*** DATA SECTION

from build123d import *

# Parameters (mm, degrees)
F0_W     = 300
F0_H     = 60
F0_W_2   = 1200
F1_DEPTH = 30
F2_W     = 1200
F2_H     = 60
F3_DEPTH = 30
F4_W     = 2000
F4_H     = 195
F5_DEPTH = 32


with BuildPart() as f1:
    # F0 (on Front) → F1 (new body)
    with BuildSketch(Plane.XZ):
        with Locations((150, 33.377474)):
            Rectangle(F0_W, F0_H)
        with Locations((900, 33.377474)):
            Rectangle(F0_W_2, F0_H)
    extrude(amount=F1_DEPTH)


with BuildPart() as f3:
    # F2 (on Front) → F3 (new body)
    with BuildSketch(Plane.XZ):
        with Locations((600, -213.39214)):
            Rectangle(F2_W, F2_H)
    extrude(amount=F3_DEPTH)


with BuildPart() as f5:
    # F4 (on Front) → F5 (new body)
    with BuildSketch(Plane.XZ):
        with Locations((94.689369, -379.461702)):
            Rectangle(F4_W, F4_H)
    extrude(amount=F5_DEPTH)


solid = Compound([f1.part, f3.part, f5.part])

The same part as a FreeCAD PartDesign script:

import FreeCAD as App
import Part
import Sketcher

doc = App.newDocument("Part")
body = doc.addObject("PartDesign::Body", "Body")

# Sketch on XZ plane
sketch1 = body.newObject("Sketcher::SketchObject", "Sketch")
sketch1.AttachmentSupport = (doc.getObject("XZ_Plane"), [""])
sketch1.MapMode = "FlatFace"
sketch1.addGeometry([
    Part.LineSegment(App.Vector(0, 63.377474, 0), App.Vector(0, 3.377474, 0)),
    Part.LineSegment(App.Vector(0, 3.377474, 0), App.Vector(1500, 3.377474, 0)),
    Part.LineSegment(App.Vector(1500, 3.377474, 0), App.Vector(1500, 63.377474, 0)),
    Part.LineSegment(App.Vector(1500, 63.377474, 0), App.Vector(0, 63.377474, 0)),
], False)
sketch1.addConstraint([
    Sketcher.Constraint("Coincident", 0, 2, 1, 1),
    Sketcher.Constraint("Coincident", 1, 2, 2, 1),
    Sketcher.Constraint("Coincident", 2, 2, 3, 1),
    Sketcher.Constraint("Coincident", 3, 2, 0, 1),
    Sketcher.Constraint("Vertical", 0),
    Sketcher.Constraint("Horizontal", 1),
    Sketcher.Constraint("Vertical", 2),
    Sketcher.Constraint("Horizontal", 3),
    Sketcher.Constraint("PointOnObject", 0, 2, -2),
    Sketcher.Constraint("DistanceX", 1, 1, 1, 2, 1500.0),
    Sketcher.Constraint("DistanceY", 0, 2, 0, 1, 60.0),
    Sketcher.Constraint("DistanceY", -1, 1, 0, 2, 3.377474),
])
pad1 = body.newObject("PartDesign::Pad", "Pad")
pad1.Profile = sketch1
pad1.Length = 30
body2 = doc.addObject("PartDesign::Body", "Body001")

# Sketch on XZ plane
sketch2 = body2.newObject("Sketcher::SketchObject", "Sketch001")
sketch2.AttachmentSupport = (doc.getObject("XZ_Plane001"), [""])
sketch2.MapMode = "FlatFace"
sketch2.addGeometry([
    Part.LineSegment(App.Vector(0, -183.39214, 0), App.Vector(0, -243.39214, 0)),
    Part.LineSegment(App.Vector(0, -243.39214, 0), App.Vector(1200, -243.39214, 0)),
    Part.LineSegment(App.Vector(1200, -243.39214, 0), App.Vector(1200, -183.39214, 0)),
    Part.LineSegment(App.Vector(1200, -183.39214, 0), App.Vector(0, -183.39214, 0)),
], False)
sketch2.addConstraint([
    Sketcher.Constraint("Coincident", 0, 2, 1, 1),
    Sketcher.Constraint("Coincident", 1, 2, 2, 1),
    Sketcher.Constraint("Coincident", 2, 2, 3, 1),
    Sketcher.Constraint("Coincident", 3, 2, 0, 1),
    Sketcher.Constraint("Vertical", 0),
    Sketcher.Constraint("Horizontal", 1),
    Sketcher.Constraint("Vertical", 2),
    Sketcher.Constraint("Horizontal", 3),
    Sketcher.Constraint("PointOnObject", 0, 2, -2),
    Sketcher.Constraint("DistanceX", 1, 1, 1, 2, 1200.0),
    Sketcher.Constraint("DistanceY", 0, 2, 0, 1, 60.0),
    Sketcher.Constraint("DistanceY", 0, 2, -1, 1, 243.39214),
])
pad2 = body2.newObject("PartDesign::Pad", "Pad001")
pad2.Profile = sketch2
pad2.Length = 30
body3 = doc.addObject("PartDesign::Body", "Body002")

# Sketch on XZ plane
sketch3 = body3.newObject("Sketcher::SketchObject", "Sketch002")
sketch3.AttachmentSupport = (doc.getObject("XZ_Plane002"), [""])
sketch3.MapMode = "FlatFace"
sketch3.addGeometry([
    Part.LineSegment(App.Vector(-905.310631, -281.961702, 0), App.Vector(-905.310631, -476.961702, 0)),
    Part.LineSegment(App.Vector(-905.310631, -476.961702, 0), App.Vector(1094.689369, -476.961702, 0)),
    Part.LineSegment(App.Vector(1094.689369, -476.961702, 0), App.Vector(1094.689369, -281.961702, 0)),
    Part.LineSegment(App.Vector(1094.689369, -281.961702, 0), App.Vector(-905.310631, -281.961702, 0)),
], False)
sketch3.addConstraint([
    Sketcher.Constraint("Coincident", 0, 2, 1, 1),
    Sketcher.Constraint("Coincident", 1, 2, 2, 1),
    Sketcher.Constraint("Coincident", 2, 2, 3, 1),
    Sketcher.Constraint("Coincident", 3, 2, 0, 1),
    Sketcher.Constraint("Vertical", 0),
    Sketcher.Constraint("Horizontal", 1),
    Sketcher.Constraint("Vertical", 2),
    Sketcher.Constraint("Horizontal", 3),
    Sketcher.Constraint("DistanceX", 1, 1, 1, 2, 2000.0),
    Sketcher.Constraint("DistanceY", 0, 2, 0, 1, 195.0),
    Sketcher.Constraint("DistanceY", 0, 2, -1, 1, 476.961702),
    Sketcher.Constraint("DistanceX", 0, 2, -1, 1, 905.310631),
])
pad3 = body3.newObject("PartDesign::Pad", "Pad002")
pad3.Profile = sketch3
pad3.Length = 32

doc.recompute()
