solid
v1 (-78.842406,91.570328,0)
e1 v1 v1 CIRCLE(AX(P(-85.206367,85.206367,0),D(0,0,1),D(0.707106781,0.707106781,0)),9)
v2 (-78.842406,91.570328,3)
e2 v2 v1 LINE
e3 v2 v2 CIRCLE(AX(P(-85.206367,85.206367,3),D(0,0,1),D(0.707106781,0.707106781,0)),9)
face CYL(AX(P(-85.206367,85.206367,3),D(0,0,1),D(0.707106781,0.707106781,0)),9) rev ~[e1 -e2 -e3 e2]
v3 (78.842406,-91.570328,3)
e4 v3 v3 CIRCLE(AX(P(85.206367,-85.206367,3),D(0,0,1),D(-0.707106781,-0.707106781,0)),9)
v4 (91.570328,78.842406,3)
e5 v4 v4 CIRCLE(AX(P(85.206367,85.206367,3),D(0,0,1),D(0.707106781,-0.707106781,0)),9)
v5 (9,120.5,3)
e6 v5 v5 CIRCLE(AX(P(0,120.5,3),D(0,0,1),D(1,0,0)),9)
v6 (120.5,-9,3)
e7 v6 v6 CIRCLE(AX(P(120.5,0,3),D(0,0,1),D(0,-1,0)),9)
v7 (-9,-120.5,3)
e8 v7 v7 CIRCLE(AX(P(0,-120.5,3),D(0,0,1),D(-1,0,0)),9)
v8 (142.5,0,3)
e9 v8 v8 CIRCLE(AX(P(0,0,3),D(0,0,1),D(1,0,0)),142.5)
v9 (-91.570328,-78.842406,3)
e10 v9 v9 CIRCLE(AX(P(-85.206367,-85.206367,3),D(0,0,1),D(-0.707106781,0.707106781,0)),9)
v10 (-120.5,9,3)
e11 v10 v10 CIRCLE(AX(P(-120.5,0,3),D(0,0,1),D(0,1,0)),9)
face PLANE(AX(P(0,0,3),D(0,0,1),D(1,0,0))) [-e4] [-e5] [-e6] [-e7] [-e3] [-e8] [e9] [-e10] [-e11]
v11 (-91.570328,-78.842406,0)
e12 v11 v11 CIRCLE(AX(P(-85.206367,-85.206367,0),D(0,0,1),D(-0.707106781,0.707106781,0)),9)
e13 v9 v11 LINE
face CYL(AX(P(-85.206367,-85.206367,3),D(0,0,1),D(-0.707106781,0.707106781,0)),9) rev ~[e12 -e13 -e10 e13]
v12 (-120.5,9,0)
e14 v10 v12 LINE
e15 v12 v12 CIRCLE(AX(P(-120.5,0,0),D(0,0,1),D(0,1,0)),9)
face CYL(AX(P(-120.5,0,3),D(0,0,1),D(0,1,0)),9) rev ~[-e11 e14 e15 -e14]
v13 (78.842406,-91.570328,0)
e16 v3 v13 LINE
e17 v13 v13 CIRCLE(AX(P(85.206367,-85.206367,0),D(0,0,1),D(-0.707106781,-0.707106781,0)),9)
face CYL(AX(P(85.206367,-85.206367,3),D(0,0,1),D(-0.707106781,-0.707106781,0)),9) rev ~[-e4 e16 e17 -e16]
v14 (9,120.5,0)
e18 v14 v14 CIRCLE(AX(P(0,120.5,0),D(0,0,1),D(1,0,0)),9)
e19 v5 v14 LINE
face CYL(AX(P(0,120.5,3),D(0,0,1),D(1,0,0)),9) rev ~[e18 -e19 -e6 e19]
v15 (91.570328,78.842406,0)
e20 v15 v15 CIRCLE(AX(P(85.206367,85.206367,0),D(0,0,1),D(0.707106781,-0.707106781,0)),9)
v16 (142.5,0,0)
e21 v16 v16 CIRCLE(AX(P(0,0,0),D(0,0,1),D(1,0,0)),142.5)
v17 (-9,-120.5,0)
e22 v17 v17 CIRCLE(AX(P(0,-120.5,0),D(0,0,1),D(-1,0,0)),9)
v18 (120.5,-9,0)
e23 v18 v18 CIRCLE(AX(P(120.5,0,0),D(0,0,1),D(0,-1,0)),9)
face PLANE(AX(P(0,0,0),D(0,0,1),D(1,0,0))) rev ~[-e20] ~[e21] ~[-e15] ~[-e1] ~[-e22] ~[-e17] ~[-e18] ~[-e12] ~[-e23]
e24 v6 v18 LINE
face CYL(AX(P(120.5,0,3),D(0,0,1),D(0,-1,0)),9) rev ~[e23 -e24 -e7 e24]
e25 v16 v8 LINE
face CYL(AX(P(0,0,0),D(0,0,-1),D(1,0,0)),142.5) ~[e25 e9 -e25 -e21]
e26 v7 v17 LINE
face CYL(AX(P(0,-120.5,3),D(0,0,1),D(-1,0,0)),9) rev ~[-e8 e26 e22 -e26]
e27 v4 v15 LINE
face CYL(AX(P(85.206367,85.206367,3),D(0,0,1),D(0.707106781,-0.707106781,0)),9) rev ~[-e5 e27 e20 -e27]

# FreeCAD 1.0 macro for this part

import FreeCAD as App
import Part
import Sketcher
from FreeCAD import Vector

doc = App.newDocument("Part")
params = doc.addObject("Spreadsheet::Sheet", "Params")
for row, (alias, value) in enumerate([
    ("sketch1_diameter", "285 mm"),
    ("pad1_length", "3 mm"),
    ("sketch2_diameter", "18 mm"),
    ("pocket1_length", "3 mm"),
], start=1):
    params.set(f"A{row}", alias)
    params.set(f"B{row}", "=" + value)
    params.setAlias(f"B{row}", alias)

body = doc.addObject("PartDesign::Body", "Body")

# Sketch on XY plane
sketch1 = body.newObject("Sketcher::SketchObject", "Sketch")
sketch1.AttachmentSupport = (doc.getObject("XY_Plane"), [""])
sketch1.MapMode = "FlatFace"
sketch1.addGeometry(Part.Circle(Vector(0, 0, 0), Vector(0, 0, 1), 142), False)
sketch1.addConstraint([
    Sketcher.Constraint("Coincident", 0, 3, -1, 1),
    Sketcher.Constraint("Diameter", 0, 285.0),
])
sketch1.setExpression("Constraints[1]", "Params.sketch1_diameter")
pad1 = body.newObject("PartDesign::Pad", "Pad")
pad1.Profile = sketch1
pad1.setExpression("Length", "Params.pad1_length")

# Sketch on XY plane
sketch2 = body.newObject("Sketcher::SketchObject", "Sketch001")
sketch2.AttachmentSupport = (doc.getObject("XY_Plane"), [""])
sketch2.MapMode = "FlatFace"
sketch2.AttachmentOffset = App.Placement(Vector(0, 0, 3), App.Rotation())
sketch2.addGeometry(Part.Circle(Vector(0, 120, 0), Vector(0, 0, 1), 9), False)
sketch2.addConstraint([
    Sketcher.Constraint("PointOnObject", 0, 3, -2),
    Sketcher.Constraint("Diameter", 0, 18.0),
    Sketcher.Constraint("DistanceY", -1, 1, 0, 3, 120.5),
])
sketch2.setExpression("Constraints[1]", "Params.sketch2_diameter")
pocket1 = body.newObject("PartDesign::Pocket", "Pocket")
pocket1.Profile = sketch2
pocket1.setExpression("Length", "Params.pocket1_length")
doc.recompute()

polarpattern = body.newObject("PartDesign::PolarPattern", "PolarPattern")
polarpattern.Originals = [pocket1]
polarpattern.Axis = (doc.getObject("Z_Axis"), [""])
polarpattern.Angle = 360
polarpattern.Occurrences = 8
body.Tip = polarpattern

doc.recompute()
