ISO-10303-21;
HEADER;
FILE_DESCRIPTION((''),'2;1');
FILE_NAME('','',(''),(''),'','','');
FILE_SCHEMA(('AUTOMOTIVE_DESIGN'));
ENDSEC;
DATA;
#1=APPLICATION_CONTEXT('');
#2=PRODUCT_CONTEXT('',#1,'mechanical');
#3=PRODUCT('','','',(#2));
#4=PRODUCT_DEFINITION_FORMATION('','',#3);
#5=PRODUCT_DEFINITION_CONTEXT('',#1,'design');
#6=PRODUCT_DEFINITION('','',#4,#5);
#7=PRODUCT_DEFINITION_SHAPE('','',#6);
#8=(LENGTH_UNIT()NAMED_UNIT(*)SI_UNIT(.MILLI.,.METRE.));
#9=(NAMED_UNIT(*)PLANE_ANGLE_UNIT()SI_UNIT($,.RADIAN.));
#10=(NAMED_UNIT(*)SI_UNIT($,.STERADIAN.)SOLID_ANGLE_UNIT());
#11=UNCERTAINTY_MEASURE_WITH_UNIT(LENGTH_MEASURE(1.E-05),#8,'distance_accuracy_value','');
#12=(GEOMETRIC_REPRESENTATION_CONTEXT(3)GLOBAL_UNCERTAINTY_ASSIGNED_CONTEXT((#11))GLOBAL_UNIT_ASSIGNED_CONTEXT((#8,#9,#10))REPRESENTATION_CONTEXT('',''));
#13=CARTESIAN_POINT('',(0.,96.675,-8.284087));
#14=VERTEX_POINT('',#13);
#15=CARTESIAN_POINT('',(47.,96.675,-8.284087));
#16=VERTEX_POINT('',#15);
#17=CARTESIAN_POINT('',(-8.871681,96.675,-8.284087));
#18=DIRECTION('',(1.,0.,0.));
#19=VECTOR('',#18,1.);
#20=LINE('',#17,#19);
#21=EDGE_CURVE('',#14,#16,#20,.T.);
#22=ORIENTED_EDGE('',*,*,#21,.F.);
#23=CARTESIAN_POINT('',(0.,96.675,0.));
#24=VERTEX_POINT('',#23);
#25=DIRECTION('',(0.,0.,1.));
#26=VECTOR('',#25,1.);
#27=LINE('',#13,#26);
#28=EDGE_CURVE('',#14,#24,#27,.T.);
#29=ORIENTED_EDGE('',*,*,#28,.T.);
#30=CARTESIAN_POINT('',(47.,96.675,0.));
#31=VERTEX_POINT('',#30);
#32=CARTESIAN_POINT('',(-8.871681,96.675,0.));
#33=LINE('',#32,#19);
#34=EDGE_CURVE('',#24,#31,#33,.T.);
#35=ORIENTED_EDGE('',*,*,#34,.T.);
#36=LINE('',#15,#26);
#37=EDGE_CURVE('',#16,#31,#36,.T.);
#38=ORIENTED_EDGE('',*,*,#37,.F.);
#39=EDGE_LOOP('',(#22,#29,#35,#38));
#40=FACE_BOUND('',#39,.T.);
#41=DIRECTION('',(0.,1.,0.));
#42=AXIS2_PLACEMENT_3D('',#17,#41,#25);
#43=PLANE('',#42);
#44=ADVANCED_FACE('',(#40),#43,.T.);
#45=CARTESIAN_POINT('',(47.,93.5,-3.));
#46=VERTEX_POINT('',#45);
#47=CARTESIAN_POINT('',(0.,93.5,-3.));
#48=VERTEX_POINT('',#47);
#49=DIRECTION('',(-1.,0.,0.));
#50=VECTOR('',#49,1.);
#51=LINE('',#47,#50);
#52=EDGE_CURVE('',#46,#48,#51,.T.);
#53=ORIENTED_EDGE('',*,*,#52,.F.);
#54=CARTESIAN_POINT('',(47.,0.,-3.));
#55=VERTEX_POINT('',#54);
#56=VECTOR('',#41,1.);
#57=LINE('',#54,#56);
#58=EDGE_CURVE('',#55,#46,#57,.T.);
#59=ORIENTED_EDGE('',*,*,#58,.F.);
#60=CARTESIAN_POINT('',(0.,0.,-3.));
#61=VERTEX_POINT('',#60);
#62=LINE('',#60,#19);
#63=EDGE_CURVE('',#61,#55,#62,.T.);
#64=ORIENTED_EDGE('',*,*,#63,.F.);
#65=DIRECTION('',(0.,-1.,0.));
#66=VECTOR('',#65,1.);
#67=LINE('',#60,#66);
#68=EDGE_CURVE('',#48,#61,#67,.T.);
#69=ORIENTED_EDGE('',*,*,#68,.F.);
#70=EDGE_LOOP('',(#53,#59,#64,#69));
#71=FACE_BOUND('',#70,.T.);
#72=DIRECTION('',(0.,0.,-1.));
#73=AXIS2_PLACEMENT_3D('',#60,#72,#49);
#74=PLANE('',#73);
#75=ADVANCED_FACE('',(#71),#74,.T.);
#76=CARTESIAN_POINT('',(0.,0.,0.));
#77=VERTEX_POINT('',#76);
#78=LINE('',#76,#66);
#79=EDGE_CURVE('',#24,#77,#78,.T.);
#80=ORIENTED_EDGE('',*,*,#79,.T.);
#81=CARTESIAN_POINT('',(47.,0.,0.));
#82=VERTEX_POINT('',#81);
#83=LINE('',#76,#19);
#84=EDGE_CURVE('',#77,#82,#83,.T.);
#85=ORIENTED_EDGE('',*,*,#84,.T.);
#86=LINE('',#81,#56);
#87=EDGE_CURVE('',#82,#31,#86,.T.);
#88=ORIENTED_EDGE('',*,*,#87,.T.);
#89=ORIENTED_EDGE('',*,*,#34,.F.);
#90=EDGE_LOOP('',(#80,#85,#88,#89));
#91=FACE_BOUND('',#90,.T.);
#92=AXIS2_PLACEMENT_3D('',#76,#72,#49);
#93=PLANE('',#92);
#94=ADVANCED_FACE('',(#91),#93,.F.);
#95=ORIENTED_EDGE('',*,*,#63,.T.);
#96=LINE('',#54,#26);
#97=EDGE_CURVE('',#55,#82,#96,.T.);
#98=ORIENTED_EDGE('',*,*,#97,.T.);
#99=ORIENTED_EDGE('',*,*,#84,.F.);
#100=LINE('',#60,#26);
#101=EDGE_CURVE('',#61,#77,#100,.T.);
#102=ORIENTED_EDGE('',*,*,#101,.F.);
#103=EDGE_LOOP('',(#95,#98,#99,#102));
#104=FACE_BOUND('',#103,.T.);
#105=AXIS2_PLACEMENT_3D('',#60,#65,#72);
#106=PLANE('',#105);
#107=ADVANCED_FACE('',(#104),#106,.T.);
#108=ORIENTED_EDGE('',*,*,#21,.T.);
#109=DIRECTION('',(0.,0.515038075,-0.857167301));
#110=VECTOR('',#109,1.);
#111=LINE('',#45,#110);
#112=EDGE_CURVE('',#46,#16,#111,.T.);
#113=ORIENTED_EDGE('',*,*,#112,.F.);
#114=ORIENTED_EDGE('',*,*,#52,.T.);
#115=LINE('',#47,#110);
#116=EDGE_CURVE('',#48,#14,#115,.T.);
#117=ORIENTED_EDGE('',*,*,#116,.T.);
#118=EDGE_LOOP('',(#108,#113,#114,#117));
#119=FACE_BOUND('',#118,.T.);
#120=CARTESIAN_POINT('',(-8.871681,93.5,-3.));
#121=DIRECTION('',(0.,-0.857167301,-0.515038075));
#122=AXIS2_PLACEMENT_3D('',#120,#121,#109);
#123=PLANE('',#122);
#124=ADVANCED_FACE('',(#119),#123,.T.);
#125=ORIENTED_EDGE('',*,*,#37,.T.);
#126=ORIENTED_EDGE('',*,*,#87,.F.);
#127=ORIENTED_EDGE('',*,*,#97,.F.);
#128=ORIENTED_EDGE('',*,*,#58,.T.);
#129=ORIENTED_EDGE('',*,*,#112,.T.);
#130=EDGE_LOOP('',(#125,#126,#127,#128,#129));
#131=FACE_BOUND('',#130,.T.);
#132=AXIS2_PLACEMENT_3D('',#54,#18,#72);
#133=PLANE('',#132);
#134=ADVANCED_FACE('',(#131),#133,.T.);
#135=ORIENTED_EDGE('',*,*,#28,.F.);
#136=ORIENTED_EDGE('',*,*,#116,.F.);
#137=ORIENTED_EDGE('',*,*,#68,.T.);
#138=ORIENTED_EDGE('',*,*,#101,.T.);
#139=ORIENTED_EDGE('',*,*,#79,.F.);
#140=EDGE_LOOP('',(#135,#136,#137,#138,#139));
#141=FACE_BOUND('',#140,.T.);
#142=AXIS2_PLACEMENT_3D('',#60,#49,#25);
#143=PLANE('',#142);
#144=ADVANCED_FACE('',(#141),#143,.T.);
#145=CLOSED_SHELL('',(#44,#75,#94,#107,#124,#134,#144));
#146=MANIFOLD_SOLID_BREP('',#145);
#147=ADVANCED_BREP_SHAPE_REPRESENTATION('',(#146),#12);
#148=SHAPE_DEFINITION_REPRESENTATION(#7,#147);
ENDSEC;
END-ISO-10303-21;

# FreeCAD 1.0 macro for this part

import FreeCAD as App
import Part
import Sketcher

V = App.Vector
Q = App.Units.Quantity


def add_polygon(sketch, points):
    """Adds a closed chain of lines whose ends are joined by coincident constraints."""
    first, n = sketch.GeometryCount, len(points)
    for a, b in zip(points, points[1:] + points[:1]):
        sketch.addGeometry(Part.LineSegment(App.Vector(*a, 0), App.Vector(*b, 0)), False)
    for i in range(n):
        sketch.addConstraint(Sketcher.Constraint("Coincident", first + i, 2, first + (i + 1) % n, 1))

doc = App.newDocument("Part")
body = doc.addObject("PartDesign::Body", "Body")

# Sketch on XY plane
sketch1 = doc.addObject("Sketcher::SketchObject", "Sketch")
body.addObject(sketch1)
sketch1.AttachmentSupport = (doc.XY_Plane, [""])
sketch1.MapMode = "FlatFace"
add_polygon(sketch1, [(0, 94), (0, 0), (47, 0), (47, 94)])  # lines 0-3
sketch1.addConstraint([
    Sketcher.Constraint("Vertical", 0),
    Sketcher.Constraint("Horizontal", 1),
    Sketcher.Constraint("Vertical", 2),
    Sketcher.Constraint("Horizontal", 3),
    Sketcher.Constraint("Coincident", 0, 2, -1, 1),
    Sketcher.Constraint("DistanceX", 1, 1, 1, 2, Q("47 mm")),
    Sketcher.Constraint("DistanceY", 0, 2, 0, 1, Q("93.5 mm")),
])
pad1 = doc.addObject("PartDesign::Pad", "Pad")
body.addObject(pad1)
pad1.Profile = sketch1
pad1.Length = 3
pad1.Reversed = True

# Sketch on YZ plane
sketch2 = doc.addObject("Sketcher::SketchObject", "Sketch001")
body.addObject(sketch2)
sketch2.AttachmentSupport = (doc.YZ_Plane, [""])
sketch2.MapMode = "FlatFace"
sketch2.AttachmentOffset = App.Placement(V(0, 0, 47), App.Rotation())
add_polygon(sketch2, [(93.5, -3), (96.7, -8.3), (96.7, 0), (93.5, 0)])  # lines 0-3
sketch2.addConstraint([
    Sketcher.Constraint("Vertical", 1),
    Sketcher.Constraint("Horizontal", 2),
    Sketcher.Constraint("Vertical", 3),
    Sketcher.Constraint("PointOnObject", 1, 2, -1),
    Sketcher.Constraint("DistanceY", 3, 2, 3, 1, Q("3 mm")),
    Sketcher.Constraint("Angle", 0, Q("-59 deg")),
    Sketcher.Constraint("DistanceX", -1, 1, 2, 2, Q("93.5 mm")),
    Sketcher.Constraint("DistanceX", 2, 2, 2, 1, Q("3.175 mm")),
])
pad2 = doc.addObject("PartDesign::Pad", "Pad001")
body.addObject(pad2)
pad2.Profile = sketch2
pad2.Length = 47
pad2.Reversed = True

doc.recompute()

******

YOUR TASK =
Scan the data above for the string "DIRECTION". Copy every line in which it appears.

EXERCISE SOLUTION =
#18=DIRECTION('',(1.,0.,0.));
#25=DIRECTION('',(0.,0.,1.));
#41=DIRECTION('',(0.,1.,0.));
#49=DIRECTION('',(-1.,0.,0.));
#65=DIRECTION('',(0.,-1.,0.));
#72=DIRECTION('',(0.,0.,-1.));
#109=DIRECTION('',(0.,0.515038075,-0.857167301));
#121=DIRECTION('',(0.,-0.857167301,-0.515038075));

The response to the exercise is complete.